‘Frick & Frack’ Gone Fishin’

Topless BroadcastAs we reported back in December, industry icon Dwight Douglas formally retired at the end of 2016 after a 16-year run with RCS. What we didn’t know at the time was that Douglas’ longtime friend and partner-in-crime, Kenny Lee Karpinski also retired from RCS at the end of the year, closing the book on a 27-year run as RCS Support Manager. Lee spoke with RAMP to share the story of their long and crazy friendship, as he related, “Dwight Charles Douglas and I met almost 50 years ago at WPPJ, the campus radio station of what was then Point Park Junior College (now Point Park University) in Pittsburgh.” (The boys are pictured here on April 1, 1969, during what was billed as “The First Topless Radio Broadcast.”) Lee continued, “I remember the first day I met Dwight — he walked into the studio while I was cueing up a record (remember records?) and asked, ‘What are you doing?’ I explained the process, and now I always get to tell people that I taught Dwight Douglas how to cue a record! We became fast friends and programmed/managed the station for a number of years, branding it as ‘PJ 670.’

“Dwight later went on to become PD of the legendary WDVE/Pittsburgh and he hired me as Production Director and morning ‘personality’ (for lack of a better term) of that ABC property. Dwight went on to become an amazing, accomplished, successful, worldwide broadcast consultant. I succeeded him as the PD of WDVE and later went to Miami as Production Director at 96X and eventually, PD of WAXY-FM.”

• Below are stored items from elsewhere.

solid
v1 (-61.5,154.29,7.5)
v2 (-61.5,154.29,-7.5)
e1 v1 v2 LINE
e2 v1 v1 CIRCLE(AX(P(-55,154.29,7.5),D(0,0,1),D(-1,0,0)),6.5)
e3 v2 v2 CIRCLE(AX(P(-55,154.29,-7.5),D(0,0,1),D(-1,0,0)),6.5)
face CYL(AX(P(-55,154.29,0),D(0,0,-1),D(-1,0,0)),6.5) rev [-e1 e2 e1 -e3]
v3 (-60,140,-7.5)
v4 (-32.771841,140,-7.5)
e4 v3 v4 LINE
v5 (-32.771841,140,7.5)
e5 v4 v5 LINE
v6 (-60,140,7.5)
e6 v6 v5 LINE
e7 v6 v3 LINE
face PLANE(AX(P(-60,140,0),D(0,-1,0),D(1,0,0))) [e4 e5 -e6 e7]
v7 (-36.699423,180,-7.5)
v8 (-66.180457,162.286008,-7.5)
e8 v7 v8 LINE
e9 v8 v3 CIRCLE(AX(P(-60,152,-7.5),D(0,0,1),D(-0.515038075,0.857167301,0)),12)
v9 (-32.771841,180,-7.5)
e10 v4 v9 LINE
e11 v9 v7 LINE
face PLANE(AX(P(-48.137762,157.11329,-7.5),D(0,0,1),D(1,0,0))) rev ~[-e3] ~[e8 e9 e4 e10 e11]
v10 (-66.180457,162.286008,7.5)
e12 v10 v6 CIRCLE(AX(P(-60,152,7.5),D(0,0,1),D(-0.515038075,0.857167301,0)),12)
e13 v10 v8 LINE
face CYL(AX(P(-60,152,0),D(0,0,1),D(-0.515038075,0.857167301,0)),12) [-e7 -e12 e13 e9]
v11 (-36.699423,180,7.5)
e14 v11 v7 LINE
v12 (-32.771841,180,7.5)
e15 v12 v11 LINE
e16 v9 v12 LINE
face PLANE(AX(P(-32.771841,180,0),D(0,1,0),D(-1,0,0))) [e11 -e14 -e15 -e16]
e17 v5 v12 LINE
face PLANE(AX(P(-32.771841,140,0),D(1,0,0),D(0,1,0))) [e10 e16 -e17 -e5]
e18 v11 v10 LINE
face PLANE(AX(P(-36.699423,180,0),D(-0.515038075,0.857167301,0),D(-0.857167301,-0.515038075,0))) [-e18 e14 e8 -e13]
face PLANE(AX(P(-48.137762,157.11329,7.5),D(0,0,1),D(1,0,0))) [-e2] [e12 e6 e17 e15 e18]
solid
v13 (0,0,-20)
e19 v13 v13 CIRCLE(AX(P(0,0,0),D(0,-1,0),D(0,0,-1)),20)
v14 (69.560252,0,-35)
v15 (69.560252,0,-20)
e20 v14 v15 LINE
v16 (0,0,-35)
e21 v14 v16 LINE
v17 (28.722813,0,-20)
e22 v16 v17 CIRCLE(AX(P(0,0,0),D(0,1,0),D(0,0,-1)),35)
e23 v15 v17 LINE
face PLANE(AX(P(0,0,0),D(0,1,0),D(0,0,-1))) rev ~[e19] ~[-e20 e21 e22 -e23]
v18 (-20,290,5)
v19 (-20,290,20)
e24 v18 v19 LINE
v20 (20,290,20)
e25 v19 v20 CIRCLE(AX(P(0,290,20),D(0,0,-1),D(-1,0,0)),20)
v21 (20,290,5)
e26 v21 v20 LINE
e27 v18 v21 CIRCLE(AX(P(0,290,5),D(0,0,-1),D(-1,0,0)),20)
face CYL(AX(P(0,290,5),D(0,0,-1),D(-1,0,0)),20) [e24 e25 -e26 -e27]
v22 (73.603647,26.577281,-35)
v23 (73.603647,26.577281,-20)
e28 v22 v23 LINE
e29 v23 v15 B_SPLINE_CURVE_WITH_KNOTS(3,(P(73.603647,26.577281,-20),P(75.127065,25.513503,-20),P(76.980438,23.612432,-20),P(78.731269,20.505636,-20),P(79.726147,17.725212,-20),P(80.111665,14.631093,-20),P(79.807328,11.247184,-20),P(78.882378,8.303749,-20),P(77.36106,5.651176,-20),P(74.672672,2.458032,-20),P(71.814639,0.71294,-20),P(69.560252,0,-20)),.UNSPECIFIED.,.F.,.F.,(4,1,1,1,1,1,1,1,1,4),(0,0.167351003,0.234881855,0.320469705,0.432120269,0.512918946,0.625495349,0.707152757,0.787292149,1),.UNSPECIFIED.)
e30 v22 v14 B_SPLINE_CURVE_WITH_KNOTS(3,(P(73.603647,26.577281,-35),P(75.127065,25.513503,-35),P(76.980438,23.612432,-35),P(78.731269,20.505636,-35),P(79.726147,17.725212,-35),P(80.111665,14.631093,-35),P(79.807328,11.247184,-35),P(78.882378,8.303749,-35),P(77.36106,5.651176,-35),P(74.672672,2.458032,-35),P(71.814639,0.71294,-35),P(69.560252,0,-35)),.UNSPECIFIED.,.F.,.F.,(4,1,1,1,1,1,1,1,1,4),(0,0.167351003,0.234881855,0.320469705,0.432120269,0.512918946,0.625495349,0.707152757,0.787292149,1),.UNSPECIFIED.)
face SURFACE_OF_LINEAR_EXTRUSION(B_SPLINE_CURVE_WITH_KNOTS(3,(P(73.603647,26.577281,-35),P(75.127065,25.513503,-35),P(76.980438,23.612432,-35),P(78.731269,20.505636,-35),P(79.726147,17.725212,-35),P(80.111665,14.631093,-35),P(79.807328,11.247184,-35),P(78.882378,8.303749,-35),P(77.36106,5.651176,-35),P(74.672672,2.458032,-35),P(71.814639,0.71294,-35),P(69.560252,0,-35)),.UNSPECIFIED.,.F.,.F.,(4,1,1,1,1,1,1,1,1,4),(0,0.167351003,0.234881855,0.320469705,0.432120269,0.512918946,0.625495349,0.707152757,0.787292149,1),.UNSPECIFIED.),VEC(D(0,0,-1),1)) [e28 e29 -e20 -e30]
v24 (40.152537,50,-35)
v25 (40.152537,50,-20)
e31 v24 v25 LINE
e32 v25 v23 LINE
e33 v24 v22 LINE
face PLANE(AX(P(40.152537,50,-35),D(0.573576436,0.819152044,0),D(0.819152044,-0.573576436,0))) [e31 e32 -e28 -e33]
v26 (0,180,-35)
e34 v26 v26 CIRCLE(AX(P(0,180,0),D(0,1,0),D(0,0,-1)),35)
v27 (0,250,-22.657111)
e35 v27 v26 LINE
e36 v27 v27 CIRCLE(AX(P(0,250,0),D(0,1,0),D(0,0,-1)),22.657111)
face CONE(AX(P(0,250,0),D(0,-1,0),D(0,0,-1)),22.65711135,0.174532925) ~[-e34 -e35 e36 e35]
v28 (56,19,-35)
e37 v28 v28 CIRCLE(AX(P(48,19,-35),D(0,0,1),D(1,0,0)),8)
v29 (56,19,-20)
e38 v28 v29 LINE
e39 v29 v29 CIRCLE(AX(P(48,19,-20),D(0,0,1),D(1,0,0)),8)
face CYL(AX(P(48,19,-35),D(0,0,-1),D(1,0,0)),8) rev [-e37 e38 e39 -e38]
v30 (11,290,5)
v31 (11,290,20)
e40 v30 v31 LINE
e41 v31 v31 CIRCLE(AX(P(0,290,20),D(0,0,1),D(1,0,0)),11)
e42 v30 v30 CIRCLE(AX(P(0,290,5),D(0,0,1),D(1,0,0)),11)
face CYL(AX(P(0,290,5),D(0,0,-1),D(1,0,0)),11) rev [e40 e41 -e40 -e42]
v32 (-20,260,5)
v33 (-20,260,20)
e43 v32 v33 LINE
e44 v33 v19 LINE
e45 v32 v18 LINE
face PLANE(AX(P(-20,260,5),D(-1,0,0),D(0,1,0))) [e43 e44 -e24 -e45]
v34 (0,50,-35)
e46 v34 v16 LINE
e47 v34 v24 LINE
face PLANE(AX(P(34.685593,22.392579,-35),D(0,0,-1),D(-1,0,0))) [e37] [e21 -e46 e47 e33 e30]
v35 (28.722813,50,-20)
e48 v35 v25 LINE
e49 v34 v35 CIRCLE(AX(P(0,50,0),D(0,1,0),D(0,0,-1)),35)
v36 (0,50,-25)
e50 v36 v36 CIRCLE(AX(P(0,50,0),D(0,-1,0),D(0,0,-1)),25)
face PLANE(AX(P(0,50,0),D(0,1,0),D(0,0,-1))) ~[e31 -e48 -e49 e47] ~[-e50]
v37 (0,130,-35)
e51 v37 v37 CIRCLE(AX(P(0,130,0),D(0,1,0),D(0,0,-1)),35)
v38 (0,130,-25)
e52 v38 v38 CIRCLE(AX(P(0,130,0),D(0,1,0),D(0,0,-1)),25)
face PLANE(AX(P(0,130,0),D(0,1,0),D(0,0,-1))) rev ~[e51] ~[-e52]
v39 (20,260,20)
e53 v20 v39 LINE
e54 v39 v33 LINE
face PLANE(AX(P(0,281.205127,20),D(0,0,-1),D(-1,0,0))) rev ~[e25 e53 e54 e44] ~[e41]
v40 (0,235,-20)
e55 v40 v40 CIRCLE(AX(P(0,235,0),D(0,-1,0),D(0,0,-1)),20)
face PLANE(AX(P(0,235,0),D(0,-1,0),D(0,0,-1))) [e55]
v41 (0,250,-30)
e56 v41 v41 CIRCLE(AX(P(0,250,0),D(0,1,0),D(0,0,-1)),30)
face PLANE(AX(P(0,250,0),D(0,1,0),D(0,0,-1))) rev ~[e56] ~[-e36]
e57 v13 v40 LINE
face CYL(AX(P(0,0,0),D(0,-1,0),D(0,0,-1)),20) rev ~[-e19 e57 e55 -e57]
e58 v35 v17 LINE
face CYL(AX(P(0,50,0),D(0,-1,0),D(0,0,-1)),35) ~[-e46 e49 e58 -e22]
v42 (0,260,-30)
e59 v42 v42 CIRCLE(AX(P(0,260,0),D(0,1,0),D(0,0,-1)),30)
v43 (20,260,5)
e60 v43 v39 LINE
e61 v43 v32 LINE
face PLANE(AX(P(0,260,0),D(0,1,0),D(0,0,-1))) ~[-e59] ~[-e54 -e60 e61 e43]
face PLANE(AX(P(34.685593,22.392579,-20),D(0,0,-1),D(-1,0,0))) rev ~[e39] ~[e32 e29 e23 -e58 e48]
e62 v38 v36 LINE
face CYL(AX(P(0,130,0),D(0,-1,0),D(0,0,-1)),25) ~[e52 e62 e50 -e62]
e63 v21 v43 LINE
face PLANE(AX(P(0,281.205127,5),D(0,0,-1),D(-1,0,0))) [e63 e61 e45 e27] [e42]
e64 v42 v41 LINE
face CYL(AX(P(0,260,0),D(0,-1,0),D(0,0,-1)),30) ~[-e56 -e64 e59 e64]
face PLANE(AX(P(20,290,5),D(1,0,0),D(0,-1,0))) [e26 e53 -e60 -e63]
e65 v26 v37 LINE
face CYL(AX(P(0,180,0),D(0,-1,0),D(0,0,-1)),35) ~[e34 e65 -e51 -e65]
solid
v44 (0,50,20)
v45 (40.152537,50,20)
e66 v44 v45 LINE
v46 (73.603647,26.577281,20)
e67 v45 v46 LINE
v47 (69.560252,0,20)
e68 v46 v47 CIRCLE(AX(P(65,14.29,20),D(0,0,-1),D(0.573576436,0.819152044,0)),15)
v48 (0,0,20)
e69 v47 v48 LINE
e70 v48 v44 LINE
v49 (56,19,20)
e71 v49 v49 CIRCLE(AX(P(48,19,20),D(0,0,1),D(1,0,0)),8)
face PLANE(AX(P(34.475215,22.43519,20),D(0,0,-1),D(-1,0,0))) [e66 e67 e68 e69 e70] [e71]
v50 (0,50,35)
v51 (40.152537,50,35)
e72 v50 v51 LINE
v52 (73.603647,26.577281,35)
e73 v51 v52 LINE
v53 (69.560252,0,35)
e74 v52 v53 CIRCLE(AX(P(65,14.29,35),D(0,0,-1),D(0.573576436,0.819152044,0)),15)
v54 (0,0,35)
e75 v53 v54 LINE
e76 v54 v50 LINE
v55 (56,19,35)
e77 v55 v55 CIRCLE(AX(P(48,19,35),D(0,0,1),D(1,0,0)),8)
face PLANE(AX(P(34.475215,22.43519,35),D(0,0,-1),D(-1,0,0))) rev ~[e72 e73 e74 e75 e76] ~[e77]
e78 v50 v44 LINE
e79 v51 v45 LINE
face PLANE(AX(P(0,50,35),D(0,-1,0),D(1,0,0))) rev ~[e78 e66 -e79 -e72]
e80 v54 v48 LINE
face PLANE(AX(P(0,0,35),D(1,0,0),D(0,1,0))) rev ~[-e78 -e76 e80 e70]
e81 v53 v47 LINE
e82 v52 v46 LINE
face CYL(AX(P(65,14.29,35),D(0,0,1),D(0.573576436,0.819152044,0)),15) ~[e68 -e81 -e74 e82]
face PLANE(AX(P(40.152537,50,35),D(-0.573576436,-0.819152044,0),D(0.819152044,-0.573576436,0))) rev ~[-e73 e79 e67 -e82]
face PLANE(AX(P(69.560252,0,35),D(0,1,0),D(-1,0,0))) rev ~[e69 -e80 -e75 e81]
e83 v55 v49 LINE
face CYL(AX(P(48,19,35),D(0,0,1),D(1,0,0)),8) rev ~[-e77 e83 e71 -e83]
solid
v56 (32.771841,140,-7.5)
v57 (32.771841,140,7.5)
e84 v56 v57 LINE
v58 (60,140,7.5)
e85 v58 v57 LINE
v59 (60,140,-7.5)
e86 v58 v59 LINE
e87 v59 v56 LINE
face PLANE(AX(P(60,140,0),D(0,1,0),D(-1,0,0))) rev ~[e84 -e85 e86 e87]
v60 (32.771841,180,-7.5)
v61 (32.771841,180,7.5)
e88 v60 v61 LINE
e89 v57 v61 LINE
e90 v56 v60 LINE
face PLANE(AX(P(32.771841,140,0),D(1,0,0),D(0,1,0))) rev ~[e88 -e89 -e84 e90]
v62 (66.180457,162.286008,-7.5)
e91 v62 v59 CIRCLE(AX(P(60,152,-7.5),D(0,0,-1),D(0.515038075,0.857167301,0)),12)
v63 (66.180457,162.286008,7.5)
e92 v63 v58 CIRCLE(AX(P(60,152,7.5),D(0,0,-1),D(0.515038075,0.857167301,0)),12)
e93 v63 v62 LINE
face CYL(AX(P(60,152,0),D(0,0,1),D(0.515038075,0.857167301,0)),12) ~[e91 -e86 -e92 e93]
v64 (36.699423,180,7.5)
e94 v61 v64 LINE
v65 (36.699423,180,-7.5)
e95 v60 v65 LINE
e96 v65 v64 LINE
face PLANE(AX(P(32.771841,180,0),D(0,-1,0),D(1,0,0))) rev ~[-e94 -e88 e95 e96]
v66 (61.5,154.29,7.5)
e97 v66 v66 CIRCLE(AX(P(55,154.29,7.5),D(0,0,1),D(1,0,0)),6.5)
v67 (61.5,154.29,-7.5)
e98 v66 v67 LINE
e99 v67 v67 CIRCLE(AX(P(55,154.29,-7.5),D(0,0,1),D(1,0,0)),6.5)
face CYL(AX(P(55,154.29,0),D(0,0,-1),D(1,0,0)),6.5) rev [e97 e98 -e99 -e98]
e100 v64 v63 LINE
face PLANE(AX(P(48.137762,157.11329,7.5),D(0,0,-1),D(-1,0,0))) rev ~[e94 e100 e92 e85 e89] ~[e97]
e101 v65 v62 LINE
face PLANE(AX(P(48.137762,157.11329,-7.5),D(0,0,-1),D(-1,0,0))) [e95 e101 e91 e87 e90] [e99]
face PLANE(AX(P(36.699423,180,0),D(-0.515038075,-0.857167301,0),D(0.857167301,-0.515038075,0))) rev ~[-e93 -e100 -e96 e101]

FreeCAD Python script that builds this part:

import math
import FreeCAD as App
import Part
import Sketcher

V = App.Vector
Q = App.Units.Quantity


def add_polygon(sketch, points):
    """Adds a closed chain of lines whose ends are joined by coincident constraints."""
    first, n = sketch.GeometryCount, len(points)
    for a, b in zip(points, points[1:] + points[:1]):
        sketch.addGeometry(Part.LineSegment(App.Vector(*a, 0), App.Vector(*b, 0)), False)
    for i in range(n):
        sketch.addConstraint(Sketcher.Constraint("Coincident", first + i, 2, first + (i + 1) % n, 1))

doc = App.newDocument("Part")
body = doc.addObject("PartDesign::Body", "Body")

sketch1 = body.newObject("Sketcher::SketchObject", "Sketch")
sketch1.AttachmentSupport = (doc.getObject("XY_Plane"), [""])
sketch1.MapMode = "FlatFace"
add_polygon(sketch1, [(30, 260), (0, 260), (0, 0), (35, 0), (35, 50), (25, 50), (25, 130), (35, 130), (35, 180), (23, 250), (30, 250)])
sketch1.addConstraint([
    Sketcher.Constraint("Horizontal", 0),
    Sketcher.Constraint("Vertical", 1),
    Sketcher.Constraint("Horizontal", 2),
    Sketcher.Constraint("Vertical", 3),
    Sketcher.Constraint("Horizontal", 4),
    Sketcher.Constraint("Vertical", 5),
    Sketcher.Constraint("Horizontal", 6),
    Sketcher.Constraint("Vertical", 7),
    Sketcher.Constraint("Horizontal", 9),
    Sketcher.Constraint("Vertical", 10),
    Sketcher.Constraint("Coincident", 1, 2, -1, 1),
    Sketcher.Constraint("Vertical", 3, 2, 6, 2),
    Sketcher.Constraint("Equal", 3, 7),
    Sketcher.Constraint("Equal", 6, 10),
    Sketcher.Constraint("DistanceX", 0, 2, 0, 1, Q("30 mm")),
    Sketcher.Constraint("DistanceX", 2, 1, 2, 2, Q("35 mm")),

Lee continues, “As fate would have it, I started working at RCS in 1989 and Dwight joined the company about 11 years later. We renewed our friendship and had been the ‘Frick & Frack’ of RCS ever since. Dwight and I are now retiring. Somehow, we’re both still alive. Somehow, we will remain close friends, heartily laughing together until one or the other, or each of us, croaks… Somehow, we still remember the comedic assaults we imposed on PJ-670, WDVE and RCS. Somehow, hopefully, good memories of us will survive,” he said.